*WHAT THIS TASK INVOLVES:* Write out again only the lines that run from the start of the entries to the line containing "#5=PRODUCT_DEFINITION_CONTEXT('',#1,'design');", both included.

Records from a data collection
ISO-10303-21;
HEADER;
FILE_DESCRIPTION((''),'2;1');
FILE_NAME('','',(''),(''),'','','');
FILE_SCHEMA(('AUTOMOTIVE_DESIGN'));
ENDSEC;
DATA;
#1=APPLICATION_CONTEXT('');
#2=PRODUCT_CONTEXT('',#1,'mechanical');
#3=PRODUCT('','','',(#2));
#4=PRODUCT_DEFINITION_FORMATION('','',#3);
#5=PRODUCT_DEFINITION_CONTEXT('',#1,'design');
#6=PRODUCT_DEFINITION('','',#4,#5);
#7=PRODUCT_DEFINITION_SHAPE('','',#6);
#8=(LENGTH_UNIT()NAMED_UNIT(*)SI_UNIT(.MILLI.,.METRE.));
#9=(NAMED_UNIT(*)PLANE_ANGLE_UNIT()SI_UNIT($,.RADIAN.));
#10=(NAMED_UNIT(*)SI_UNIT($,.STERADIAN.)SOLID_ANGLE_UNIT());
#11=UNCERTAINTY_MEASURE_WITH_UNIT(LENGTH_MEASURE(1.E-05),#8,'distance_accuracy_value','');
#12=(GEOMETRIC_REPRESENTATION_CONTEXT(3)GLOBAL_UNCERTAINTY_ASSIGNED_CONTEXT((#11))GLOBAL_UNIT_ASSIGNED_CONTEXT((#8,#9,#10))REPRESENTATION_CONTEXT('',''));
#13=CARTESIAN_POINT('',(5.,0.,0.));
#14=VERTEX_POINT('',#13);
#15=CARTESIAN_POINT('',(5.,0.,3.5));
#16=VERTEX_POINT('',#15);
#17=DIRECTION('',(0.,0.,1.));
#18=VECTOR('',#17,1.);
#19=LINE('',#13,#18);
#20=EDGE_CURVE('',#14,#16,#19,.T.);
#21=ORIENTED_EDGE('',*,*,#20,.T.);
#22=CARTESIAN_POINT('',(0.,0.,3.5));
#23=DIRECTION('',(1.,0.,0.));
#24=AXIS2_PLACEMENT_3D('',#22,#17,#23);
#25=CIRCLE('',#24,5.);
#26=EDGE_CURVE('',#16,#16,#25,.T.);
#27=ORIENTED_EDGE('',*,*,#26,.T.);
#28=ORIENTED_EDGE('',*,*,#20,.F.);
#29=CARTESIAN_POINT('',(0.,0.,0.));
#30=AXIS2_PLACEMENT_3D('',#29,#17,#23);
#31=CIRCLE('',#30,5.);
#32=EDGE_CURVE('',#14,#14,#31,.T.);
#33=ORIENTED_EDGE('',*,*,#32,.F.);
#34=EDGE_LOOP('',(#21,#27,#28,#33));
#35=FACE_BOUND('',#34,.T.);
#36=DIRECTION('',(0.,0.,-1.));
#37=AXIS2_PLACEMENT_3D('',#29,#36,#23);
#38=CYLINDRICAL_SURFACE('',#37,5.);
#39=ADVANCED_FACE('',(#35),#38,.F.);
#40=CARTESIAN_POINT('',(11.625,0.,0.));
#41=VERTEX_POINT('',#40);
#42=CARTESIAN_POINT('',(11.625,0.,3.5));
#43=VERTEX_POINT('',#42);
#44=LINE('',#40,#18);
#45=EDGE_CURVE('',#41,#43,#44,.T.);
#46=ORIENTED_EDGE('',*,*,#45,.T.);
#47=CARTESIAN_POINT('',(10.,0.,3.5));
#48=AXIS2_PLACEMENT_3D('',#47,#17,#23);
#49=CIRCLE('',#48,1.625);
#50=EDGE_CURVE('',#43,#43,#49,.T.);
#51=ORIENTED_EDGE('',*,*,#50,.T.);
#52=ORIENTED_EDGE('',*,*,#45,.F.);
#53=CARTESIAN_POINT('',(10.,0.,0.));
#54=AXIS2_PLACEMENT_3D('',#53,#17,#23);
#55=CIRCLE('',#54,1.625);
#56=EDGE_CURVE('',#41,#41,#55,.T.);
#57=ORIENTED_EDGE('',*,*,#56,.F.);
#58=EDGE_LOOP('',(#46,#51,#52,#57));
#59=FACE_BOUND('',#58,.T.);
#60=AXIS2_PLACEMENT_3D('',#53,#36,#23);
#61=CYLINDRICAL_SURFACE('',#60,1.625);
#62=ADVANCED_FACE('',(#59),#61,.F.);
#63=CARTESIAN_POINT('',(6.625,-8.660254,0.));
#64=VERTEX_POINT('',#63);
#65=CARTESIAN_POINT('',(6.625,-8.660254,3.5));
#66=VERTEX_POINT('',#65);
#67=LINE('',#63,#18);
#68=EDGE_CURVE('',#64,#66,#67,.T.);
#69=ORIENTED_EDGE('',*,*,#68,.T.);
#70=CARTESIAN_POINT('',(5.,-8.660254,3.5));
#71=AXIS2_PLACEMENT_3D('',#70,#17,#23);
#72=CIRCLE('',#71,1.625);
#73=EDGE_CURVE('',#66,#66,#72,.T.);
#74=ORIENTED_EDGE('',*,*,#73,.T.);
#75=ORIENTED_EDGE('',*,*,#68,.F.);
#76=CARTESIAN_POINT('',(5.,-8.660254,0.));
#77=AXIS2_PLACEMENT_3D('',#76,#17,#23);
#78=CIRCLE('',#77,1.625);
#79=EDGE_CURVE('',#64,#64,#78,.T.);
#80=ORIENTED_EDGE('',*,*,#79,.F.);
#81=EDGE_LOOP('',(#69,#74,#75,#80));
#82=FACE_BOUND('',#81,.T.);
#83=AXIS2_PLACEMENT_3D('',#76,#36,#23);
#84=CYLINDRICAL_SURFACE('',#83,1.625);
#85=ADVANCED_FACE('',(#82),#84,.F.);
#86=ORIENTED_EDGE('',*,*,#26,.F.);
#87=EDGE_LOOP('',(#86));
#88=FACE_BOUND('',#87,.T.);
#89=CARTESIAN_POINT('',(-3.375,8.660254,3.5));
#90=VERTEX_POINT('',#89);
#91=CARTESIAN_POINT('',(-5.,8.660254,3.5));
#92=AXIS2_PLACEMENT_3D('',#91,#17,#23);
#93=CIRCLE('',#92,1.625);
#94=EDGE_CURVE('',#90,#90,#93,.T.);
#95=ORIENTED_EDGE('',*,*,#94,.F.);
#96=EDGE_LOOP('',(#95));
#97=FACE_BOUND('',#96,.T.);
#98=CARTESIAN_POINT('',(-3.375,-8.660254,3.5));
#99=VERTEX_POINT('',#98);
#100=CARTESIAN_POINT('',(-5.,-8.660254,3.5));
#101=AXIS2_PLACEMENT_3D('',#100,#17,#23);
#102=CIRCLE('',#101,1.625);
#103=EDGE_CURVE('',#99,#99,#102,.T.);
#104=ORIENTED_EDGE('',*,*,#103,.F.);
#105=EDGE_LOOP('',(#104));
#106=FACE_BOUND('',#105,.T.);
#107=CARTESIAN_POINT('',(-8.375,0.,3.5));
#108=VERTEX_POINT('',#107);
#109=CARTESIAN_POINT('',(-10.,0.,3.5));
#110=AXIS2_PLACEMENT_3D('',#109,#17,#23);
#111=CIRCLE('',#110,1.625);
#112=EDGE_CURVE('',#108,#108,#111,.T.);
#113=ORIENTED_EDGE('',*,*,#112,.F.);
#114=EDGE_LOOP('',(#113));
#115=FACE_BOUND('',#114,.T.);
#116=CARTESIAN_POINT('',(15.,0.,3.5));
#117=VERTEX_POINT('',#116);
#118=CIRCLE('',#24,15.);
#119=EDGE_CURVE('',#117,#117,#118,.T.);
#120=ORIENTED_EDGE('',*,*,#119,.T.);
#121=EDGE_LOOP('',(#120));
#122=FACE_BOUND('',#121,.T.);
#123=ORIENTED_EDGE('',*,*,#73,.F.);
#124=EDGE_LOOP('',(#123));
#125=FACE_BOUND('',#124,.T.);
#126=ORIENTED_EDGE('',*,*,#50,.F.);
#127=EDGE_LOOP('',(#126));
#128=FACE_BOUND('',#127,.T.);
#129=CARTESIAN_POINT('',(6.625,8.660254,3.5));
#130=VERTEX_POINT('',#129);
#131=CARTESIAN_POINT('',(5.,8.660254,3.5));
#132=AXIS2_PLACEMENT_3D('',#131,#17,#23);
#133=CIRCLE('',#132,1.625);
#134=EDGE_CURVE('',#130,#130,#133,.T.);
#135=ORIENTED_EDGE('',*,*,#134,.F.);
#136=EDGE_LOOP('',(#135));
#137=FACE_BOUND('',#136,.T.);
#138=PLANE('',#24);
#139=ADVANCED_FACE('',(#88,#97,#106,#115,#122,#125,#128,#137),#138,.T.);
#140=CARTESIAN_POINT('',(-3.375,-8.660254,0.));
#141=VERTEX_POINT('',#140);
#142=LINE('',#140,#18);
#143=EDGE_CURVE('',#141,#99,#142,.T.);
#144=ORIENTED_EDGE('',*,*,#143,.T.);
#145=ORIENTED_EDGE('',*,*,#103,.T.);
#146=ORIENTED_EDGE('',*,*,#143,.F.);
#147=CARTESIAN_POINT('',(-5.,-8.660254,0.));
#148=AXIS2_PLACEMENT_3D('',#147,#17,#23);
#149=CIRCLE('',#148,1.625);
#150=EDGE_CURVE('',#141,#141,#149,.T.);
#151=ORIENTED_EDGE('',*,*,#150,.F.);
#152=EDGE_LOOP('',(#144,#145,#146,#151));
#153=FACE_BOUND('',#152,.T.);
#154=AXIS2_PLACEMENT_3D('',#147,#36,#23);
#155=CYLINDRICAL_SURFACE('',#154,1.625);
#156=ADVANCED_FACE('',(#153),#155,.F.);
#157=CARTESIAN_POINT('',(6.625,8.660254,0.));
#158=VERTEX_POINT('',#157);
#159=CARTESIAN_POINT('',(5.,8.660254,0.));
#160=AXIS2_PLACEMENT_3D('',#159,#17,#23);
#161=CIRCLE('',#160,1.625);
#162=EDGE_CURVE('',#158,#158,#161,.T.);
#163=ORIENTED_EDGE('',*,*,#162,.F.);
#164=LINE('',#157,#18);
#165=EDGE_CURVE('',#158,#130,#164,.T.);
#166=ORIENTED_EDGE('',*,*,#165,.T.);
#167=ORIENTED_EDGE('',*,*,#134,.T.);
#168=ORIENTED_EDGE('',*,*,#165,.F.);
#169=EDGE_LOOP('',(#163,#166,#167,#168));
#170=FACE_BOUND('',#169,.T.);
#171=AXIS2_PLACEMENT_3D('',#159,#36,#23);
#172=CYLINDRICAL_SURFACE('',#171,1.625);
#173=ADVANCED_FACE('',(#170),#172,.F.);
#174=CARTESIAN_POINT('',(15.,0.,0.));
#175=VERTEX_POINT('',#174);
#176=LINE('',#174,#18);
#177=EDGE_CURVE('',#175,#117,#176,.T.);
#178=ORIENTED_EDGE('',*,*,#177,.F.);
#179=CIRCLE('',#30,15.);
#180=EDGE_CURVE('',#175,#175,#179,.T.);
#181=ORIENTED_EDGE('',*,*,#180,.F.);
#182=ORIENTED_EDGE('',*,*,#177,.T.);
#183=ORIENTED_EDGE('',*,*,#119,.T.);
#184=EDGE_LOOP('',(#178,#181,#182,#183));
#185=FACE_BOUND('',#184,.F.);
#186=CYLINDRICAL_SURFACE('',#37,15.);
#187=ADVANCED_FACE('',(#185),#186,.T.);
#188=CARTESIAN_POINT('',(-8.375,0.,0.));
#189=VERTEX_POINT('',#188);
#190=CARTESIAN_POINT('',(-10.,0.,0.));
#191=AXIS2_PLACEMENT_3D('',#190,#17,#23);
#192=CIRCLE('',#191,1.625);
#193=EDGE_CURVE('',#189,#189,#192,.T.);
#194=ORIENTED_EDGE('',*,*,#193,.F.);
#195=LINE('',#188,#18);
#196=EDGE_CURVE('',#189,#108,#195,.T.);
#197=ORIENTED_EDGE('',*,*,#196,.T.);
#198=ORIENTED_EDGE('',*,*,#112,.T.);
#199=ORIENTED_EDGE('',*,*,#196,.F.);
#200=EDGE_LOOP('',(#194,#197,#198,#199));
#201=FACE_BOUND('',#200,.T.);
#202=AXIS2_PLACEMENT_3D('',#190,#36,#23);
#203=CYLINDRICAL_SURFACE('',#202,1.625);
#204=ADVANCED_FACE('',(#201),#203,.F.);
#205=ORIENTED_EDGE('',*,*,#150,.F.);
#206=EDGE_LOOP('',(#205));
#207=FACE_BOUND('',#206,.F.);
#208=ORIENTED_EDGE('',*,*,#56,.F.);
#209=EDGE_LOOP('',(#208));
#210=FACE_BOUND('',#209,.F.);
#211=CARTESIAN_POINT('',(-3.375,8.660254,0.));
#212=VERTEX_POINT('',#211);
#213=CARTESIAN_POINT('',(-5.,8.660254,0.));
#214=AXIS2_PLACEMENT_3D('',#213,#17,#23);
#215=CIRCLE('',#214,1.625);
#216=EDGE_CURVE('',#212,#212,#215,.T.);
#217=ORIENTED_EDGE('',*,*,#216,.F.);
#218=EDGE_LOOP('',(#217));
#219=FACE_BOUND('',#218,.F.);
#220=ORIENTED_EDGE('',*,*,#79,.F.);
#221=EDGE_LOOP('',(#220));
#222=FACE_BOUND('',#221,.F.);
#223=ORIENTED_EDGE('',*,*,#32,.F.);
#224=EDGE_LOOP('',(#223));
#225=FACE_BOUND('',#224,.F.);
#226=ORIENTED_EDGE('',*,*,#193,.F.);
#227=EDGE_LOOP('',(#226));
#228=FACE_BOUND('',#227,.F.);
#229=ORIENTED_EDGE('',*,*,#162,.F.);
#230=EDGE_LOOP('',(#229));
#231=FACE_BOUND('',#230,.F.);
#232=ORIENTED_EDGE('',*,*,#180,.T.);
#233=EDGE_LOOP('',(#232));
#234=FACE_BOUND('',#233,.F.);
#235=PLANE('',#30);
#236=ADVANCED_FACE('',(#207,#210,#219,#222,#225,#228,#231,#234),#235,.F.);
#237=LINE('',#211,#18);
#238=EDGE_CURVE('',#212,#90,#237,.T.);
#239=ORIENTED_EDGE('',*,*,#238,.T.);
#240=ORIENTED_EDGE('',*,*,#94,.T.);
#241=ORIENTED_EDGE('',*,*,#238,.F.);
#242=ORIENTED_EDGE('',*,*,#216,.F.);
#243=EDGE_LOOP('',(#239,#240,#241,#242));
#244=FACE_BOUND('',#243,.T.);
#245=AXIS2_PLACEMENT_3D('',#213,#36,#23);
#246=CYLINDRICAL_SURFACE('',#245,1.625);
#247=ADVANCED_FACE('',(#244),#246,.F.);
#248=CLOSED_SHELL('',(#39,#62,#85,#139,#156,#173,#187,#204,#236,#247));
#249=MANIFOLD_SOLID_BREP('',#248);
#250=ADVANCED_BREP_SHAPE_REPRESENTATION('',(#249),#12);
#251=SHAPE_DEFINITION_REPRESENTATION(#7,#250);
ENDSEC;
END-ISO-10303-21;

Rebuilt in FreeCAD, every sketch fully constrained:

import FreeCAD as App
import Part
import Sketcher
from FreeCAD import Vector
Q = App.Units.Quantity

doc = App.newDocument("Part")
body = doc.addObject("PartDesign::Body", "Body")

# Sketch on XY plane
sketch1 = body.newObject("Sketcher::SketchObject", "Sketch")
sketch1.AttachmentSupport = (doc.getObject("XY_Plane"), [""])
sketch1.MapMode = "FlatFace"
sketch1.addGeometry([
    Part.Circle(Vector(0, 0, 0), Vector(0, 0, 1), 15),  # 0
    Part.Circle(Vector(-5, -8.660254, 0), Vector(0, 0, 1), 1.625),  # 1
    Part.Circle(Vector(5, -8.660254, 0), Vector(0, 0, 1), 1.625),  # 2
    Part.Circle(Vector(-10, 0, 0), Vector(0, 0, 1), 1.625),  # 3
    Part.Circle(Vector(-5, 8.660254, 0), Vector(0, 0, 1), 1.625),  # 4
    Part.Circle(Vector(0, 0, 0), Vector(0, 0, 1), 5),  # 5
    Part.Circle(Vector(10, 0, 0), Vector(0, 0, 1), 1.625),  # 6
    Part.Circle(Vector(5, 8.660254, 0), Vector(0, 0, 1), 1.625),  # 7
], False)
sketch1.addConstraint([
    Sketcher.Constraint("Coincident", 0, 3, -1, 1),
    Sketcher.Constraint("Coincident", 5, 3, -1, 1),
    Sketcher.Constraint("Equal", 1, 2),
    Sketcher.Constraint("Equal", 2, 3),
    Sketcher.Constraint("Equal", 3, 4),
    Sketcher.Constraint("Equal", 4, 6),
    Sketcher.Constraint("Equal", 6, 7),
    Sketcher.Constraint("Symmetric", 2, 3, 4, 3, -1, 1),
    Sketcher.Constraint("Symmetric", 3, 3, 6, 3, -1, 1),
    Sketcher.Constraint("Symmetric", 1, 3, 7, 3, -1, 1),
    Sketcher.Constraint("Symmetric", 1, 3, 2, 3, -2),
    Sketcher.Constraint("PointOnObject", 3, 3, -1),
    Sketcher.Constraint("Diameter", 0, Q("30 mm")),
    Sketcher.Constraint("Diameter", 5, Q("10 mm")),
    Sketcher.Constraint("Diameter", 1, Q("3.25 mm")),
    Sketcher.Constraint("DistanceX", 1, 3, -1, 1, Q("5 mm")),
    Sketcher.Constraint("DistanceX", 3, 3, -1, 1, Q("10 mm")),
    Sketcher.Constraint("DistanceY", 1, 3, 4, 3, Q("17.320508 mm")),
])
pad1 = body.newObject("PartDesign::Pad", "Pad")
pad1.Profile = sketch1
pad1.Length = 3.5

doc.recompute()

*OUTPUT OF THE TASK:*
ISO-10303-21;
HEADER;
FILE_DESCRIPTION((''),'2;1');
FILE_NAME('','',(''),(''),'','','');
FILE_SCHEMA(('AUTOMOTIVE_DESIGN'));
ENDSEC;
DATA;
#1=APPLICATION_CONTEXT('');
#2=PRODUCT_CONTEXT('',#1,'mechanical');
#3=PRODUCT('','','',(#2));
#4=PRODUCT_DEFINITION_FORMATION('','',#3);
#5=PRODUCT_DEFINITION_CONTEXT('',#1,'design');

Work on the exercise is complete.